I'll look into the heat tape. I haven't changed the fuel yet. Haven't ran out the first batch yet. It's 93 octane + 1 full bottle of octane boost to 10 gal of fuel. I'll swing by the airport this week and buy some high test stuff.
 
Was checking valve lash yesterday and found a couple that were open to far. I hope my cam and or lifters didn't go south!! I adjusted them with the hopes of it not being at the tottal base line during initial setup! I went over to the passanger side to have a look see on the head, and found a neet little pin lying up on the inside lip of the valve cover...??? "Whats that!" I said to myself..... After looking at it for a momnet I realized that it had to be one of the pins for the roller tip in a rocker arm! Sure enough,, number 6 cyl intake rocker has half of its roller pin missing! I called the parts guy up, and he said "NO PROBLEM, I'll get a complete rocker out to you right away"!
The lash on that rocker didn't seem to out of adjustment at all, so I have to chalk it up to a manufacturing defect. Now I have to wait for the new rocker to show up, and back at it I'll go.
I might pull the intake and valley cover to inspect the cam and lifters this weekend. I need to get the oil changed out too, so I have stuff to do if the rocker doesn't show up by Sat morning.
 
I had something similar happen to me.I had rocker adjuster lock nut back off and lay in the head.The adjuster backed all the way out.I didn't even hear it until I went to load it up on the trailer.Luckly no damage on parts,this motor has a lucky horse shoe up it ***.
 
Yep,, I just hate it when you buy all new stuff "not taking shortcuts" and the new stuff fails!
 
Unfortunately were all human and make mistakes!

I've made my share of them,,, that's for sure!
Fortunatly the guy I get my stuff from is very generous and didn't even question me about it! I offered to send the old back and he said not to bother... he trusts me! GREAT GUY!!!!!!
I did find another item needing replaced though.. :(
The camshaft didn't hold up! I used the new Huges oil through lifters and lost a couple lobes... I dont know the exact cause, but I will use standard flat tappet lifters that come with the cam as a kit this time! I checked the lash several times as I ran the engine, but this last time I noticed a lot of lash had developed. After pulling the intake and valley plate/cover I seen why.... Damn it anyhow! One thing after the next! Well here goes some more money to Summit racing! I cant afford a roller setup right now, and I would also need to have new pushrods made to make the switch... Very costly to do! I will stick with the solid flat tappet camshaft this time, and maybe next year I can look into a roller setup if I deem it neccesary at that time.
 
What oil did you use.You can't run standard oil with flat tappet cams.
 
What oil did you use.You can't run standard oil with flat tappet cams.

I've ran standard valvoline oil in MANY race engines "9,000 rpm circle track" up to this point with 0, ZERO,,, I'll say that again...... ZEEERRRROOOO camshaft failures.

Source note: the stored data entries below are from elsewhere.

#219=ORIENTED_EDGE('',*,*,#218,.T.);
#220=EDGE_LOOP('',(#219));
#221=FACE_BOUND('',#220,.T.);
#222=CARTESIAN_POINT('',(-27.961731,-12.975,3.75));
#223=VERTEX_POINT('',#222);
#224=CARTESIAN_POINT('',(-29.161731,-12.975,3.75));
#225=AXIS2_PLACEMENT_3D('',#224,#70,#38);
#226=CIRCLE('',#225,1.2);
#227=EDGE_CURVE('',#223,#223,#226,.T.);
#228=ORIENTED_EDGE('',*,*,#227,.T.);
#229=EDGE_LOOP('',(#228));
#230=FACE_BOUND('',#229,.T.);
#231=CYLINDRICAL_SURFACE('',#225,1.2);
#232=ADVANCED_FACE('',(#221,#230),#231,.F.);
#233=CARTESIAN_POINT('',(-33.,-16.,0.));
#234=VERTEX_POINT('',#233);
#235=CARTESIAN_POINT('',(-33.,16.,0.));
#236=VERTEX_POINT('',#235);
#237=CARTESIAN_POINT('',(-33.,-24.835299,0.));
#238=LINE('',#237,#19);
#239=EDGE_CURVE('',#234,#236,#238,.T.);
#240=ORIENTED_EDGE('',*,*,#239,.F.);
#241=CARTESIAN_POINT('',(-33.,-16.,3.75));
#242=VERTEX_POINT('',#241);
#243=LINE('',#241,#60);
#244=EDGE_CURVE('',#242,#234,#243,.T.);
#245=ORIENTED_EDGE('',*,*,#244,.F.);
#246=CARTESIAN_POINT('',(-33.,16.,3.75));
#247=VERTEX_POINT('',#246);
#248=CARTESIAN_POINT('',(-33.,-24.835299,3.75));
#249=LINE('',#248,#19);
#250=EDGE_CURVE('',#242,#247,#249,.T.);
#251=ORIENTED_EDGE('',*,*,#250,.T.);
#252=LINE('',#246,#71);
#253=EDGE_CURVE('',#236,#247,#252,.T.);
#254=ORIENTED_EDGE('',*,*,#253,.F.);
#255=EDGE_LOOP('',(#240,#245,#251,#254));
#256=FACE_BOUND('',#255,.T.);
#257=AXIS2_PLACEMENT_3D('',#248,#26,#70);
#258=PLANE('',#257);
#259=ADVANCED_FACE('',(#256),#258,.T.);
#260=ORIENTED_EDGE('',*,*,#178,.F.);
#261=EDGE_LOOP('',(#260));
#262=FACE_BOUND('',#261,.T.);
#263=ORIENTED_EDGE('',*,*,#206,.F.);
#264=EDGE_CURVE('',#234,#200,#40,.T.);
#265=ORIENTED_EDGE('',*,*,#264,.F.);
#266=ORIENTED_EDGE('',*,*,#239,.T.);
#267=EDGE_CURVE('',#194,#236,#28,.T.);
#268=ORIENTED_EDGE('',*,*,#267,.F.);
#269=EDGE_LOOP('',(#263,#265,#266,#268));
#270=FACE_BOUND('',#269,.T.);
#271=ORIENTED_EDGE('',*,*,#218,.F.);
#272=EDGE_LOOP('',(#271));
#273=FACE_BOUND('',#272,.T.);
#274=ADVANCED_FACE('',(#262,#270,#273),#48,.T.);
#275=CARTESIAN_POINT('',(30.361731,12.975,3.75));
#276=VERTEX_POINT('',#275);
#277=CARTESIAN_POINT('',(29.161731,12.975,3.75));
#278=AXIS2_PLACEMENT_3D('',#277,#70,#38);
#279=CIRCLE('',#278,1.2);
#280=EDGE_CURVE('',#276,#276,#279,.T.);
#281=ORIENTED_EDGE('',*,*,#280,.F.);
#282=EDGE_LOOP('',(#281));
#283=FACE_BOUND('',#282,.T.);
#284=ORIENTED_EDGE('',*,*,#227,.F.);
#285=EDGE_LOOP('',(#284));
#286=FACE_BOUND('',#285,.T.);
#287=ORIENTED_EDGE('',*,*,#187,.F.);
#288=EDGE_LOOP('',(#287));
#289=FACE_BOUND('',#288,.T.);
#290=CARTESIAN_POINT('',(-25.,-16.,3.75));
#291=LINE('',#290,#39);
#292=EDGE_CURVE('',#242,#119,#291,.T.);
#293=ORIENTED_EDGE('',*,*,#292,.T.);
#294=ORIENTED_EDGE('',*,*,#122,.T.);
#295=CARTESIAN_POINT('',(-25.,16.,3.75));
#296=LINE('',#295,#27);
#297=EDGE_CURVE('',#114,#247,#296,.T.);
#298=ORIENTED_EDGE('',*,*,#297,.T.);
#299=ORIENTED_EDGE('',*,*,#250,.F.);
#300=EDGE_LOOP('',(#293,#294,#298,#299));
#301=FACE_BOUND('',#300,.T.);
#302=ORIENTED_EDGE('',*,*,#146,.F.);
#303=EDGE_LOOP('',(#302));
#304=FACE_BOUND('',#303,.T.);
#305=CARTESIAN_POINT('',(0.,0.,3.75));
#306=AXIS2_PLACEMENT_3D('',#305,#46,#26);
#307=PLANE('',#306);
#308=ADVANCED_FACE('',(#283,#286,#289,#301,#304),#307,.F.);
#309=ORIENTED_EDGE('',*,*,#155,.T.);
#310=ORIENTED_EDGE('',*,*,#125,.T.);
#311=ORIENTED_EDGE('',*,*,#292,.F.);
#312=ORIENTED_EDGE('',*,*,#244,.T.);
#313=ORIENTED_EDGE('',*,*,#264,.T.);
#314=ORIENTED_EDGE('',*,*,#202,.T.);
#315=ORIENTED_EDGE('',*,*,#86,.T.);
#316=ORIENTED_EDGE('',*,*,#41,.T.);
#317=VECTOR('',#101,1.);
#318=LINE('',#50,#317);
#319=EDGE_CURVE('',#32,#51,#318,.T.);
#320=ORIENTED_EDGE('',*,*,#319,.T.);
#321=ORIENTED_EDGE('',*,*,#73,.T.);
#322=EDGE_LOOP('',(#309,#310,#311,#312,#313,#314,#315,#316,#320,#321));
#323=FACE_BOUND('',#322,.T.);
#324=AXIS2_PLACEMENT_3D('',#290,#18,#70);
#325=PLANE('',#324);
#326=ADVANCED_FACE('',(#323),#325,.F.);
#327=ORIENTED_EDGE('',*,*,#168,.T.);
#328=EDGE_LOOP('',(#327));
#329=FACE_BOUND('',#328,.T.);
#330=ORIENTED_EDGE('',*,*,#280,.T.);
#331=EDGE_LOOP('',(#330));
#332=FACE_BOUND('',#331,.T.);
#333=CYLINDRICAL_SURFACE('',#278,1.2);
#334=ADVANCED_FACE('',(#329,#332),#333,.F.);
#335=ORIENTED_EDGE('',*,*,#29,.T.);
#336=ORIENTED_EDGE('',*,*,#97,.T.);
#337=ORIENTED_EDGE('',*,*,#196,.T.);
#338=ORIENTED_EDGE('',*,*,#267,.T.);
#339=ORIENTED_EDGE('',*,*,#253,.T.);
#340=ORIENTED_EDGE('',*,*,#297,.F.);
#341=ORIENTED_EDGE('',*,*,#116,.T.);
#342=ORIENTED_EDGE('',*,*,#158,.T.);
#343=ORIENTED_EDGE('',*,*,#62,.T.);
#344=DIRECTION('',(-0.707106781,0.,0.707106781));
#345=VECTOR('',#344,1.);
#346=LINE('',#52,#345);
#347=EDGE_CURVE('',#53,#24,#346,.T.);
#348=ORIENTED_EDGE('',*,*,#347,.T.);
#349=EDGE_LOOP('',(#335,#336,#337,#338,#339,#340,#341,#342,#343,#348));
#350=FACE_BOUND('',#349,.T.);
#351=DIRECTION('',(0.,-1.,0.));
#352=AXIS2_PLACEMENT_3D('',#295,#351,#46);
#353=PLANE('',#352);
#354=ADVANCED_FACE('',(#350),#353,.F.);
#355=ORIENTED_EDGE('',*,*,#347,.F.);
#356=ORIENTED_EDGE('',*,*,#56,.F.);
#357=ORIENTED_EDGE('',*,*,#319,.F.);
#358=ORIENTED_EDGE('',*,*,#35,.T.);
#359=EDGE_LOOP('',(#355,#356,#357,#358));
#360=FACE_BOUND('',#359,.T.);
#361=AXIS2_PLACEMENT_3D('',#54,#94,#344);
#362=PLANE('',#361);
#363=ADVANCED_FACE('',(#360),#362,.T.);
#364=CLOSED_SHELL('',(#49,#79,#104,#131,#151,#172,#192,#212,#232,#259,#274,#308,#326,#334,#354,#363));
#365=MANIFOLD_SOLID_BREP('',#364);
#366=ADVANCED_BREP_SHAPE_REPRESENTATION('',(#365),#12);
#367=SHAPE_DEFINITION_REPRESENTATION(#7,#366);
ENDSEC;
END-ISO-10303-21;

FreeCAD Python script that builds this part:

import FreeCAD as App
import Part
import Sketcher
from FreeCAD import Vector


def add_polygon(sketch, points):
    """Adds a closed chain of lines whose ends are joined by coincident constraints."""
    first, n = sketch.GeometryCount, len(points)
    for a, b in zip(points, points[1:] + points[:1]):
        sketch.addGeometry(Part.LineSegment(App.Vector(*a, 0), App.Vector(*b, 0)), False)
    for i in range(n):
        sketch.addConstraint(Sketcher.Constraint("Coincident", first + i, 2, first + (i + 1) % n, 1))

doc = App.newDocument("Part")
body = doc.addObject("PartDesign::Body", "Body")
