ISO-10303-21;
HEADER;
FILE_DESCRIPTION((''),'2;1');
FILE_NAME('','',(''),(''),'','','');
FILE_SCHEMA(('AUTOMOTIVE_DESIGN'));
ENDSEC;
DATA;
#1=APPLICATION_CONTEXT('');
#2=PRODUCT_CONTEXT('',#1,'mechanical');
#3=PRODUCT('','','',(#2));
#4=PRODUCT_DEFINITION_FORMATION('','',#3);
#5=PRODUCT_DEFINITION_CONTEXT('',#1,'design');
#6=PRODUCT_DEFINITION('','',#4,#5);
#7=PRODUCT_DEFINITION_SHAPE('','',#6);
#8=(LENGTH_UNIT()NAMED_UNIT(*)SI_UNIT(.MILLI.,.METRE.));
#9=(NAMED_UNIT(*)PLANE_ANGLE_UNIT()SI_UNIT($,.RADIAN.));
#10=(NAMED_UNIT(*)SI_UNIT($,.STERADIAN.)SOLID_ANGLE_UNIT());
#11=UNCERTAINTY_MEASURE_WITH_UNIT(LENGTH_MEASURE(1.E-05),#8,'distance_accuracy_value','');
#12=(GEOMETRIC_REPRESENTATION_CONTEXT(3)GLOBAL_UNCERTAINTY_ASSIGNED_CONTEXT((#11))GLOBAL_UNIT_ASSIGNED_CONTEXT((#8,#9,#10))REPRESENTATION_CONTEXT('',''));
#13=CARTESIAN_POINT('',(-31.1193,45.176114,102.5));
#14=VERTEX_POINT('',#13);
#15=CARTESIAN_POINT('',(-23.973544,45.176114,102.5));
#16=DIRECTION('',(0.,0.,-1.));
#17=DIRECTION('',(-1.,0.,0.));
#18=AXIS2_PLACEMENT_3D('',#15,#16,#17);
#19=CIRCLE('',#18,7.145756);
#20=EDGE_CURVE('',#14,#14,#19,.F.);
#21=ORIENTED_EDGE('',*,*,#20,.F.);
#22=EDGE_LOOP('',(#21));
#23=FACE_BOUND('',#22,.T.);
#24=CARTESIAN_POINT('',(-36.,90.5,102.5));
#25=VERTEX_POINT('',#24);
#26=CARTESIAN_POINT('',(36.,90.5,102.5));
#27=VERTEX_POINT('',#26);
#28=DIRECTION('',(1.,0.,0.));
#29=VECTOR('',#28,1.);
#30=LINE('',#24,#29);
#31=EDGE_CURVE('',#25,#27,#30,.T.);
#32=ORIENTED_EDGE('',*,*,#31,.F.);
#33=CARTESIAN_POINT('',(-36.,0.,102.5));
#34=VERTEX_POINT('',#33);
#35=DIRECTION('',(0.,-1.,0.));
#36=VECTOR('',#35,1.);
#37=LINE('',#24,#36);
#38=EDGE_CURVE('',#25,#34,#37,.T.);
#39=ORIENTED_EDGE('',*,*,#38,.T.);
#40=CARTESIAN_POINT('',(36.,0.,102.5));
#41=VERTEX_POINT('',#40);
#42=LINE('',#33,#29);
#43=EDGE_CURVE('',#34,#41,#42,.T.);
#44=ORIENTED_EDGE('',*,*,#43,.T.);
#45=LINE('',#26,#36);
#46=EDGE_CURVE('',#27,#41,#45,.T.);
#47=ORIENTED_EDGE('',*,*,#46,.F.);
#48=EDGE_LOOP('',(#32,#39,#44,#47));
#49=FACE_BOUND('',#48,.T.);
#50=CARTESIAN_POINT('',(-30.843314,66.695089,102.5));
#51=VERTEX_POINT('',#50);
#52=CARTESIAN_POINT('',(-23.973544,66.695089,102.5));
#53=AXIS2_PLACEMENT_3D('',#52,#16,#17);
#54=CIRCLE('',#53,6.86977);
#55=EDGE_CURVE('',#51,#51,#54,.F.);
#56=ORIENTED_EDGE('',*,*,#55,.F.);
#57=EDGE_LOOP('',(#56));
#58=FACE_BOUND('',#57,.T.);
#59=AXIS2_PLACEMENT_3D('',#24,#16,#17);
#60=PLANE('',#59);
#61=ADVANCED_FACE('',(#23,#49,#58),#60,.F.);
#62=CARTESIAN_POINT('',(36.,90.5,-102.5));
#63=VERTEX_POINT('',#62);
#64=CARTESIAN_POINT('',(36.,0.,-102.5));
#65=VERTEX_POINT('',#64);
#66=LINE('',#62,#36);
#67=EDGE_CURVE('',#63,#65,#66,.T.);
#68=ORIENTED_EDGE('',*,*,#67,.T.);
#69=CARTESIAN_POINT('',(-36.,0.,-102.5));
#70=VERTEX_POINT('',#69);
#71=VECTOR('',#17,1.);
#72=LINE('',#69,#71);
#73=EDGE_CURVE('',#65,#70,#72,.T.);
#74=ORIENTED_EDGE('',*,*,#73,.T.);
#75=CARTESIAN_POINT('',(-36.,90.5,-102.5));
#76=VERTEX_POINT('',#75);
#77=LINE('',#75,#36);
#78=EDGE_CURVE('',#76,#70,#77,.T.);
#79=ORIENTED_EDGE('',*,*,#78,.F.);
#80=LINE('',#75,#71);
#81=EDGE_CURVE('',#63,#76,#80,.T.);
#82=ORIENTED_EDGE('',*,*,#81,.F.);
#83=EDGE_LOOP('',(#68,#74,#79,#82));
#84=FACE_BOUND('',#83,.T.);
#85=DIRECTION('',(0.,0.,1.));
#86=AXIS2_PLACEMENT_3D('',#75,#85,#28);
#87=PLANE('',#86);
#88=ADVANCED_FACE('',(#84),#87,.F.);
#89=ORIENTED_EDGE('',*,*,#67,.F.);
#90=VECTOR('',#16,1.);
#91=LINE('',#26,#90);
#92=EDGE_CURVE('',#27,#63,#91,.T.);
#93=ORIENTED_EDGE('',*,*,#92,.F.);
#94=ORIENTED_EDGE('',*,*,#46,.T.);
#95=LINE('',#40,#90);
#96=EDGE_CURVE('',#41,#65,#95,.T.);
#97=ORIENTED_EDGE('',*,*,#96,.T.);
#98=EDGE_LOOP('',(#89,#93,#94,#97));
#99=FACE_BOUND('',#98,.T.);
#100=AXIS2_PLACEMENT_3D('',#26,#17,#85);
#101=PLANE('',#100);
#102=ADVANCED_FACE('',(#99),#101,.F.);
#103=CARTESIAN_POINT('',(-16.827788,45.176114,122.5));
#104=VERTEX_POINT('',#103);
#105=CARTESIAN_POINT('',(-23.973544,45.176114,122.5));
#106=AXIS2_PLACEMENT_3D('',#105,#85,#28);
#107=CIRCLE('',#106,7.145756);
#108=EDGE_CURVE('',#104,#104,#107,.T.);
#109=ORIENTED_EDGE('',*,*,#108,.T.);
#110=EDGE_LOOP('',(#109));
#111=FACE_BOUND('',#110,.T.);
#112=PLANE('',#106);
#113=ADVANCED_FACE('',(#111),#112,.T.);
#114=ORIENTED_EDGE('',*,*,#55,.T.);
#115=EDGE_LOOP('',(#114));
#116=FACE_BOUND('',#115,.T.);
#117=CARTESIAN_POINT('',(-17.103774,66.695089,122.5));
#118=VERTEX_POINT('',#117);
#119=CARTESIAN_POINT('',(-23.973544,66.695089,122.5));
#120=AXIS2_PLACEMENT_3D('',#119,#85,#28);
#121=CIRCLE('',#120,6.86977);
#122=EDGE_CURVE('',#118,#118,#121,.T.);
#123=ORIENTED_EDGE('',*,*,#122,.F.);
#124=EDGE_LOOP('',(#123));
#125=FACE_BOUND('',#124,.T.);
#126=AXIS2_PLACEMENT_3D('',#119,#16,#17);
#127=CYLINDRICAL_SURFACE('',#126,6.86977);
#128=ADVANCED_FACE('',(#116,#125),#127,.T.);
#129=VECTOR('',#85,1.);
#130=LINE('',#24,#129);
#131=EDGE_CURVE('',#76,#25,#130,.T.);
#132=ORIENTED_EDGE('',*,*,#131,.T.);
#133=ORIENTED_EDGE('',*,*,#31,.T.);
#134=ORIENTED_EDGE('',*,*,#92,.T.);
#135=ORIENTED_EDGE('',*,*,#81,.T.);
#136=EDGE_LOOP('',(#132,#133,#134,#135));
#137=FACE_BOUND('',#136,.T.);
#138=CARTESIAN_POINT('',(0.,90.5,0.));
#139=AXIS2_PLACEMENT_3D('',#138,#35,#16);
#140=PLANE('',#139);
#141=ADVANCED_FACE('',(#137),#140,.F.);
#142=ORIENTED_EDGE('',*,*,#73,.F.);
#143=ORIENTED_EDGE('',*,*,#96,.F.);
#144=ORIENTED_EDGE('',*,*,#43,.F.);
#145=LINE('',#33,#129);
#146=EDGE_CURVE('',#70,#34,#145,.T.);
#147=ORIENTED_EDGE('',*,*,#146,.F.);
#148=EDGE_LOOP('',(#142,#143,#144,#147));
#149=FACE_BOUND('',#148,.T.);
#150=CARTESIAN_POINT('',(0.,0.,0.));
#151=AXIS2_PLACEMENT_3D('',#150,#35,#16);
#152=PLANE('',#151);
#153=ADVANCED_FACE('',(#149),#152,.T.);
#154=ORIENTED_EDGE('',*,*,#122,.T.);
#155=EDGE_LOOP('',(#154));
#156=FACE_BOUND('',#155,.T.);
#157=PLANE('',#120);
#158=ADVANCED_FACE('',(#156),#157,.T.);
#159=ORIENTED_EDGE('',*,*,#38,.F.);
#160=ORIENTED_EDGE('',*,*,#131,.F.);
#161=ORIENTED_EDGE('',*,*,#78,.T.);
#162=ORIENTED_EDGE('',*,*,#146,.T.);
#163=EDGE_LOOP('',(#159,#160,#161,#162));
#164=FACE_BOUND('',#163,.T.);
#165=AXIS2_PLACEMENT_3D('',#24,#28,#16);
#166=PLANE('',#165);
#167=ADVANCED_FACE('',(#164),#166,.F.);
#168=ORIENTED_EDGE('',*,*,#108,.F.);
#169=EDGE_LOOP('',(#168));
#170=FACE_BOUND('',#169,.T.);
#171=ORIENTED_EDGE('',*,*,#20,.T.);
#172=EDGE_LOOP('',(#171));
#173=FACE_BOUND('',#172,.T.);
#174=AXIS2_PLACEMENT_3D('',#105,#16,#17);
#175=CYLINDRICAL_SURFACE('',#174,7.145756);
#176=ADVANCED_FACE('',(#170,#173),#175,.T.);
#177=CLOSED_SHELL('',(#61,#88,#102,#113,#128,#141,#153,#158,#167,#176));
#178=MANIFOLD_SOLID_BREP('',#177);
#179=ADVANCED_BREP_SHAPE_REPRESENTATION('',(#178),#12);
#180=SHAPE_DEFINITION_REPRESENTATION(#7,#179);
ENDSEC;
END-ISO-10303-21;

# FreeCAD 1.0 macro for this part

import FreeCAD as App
import Part
import Sketcher


def add_polygon(sketch, points):
    """Adds a closed chain of lines whose ends are joined by coincident constraints."""
    first, n = sketch.GeometryCount, len(points)
    for a, b in zip(points, points[1:] + points[:1]):
        sketch.addGeometry(Part.LineSegment(App.Vector(*a, 0), App.Vector(*b, 0)), False)
    for i in range(n):
        sketch.addConstraint(Sketcher.Constraint("Coincident", first + i, 2, first + (i + 1) % n, 1))

doc = App.newDocument("Part")
body = doc.addObject("PartDesign::Body", "Body")

# Sketch on XZ plane
sketch1 = doc.addObject("Sketcher::SketchObject", "Sketch")
body.addObject(sketch1)
sketch1.AttachmentSupport = (doc.XZ_Plane, [""])
sketch1.MapMode = "FlatFace"
add_polygon(sketch1, [(-36, -102.5), (-36, 102.5), (36, 102.5), (36, -102.5)])  # lines 0-3
sketch1.addConstraint([
    Sketcher.Constraint("Vertical", 0),
    Sketcher.Constraint("Horizontal", 1),
    Sketcher.Constraint("Vertical", 2),
    Sketcher.Constraint("Horizontal", 3),
    Sketcher.Constraint("Symmetric", 0, 2, 2, 2, -1, 1),
    Sketcher.Constraint("DistanceX", 1, 1, 1, 2, 72.0),
    Sketcher.Constraint("DistanceY", 0, 1, 0, 2, 205.0),
])
pad1 = doc.addObject("PartDesign::Pad", "Pad")
body.addObject(pad1)
pad1.Profile = sketch1
pad1.Length = 90.5
pad1.Reversed = True

# Sketch on XY plane
sketch2 = doc.addObject("Sketcher::SketchObject", "Sketch001")
body.addObject(sketch2)
sketch2.AttachmentSupport = (doc.XY_Plane, [""])
sketch2.MapMode = "FlatFace"
sketch2.AttachmentOffset = App.Placement(App.Vector(0, 0, 102.5), App.Rotation())
sketch2.addGeometry([
    Part.Circle(App.Vector(-23.973544, 66.695089, 0), App.Vector(0, 0, 1), 6.86977),
    Part.Circle(App.Vector(-23.973544, 45.176114, 0), App.Vector(0, 0, 1), 7.145756),
], False)
sketch2.addConstraint([
    Sketcher.Constraint("Vertical", 0, 3, 1, 3),
    Sketcher.Constraint("Diameter", 0, 13.73954),
    Sketcher.Constraint("Diameter", 1, 14.291512),
    Sketcher.Constraint("DistanceY", -1, 1, 0, 3, 66.695089),
    Sketcher.Constraint("DistanceX", 0, 3, -1, 1, 23.973544),
    Sketcher.Constraint("DistanceY", -1, 1, 1, 3, 45.176114),
])
pad2 = doc.addObject("PartDesign::Pad", "Pad001")
body.addObject(pad2)
pad2.Profile = sketch2
pad2.Length = 20

doc.recompute()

I also added ZDDP to this oil. Two out of 16 lobes failed,,, I cant imagine oil having the ability to target only two lobes and leaving the rest alone. I believe it is lifter related. This lifter is a "special" design with a direct oil passage to the cam lobe through the face of the lifter. I think something went wrong in this area myself.
BTW, I ran Valvoline without any additives in my RR with a Mopar Performance camshaft for years with no signs of failure as well. I'm not going to say that it isn't possible for oil to have a role in this,,,, But I think it's a very outside chance.
 
I have seen other engines with those oil through lifters that the cams went bad in. I dont think its the lifters fault, I believe oil and huge spring pressures is what will take a cam out.
Last months Car Craft had a good article about cam break-in. They talked about removing the inner springs and what seat pressures are good and bad for cam break-in.
 
Thats why I went solid roller.Too many cams going south nowadays. You may have ran standard valvoline in the day with no problems. Problem is it has been reformulated because modern engines are mostly roller motors.The zddp it used to have isnt in it anymore. Epa and others have cleaned things up. But its just a suggestion to run zinc on a flat tappet. Your motor do what you want.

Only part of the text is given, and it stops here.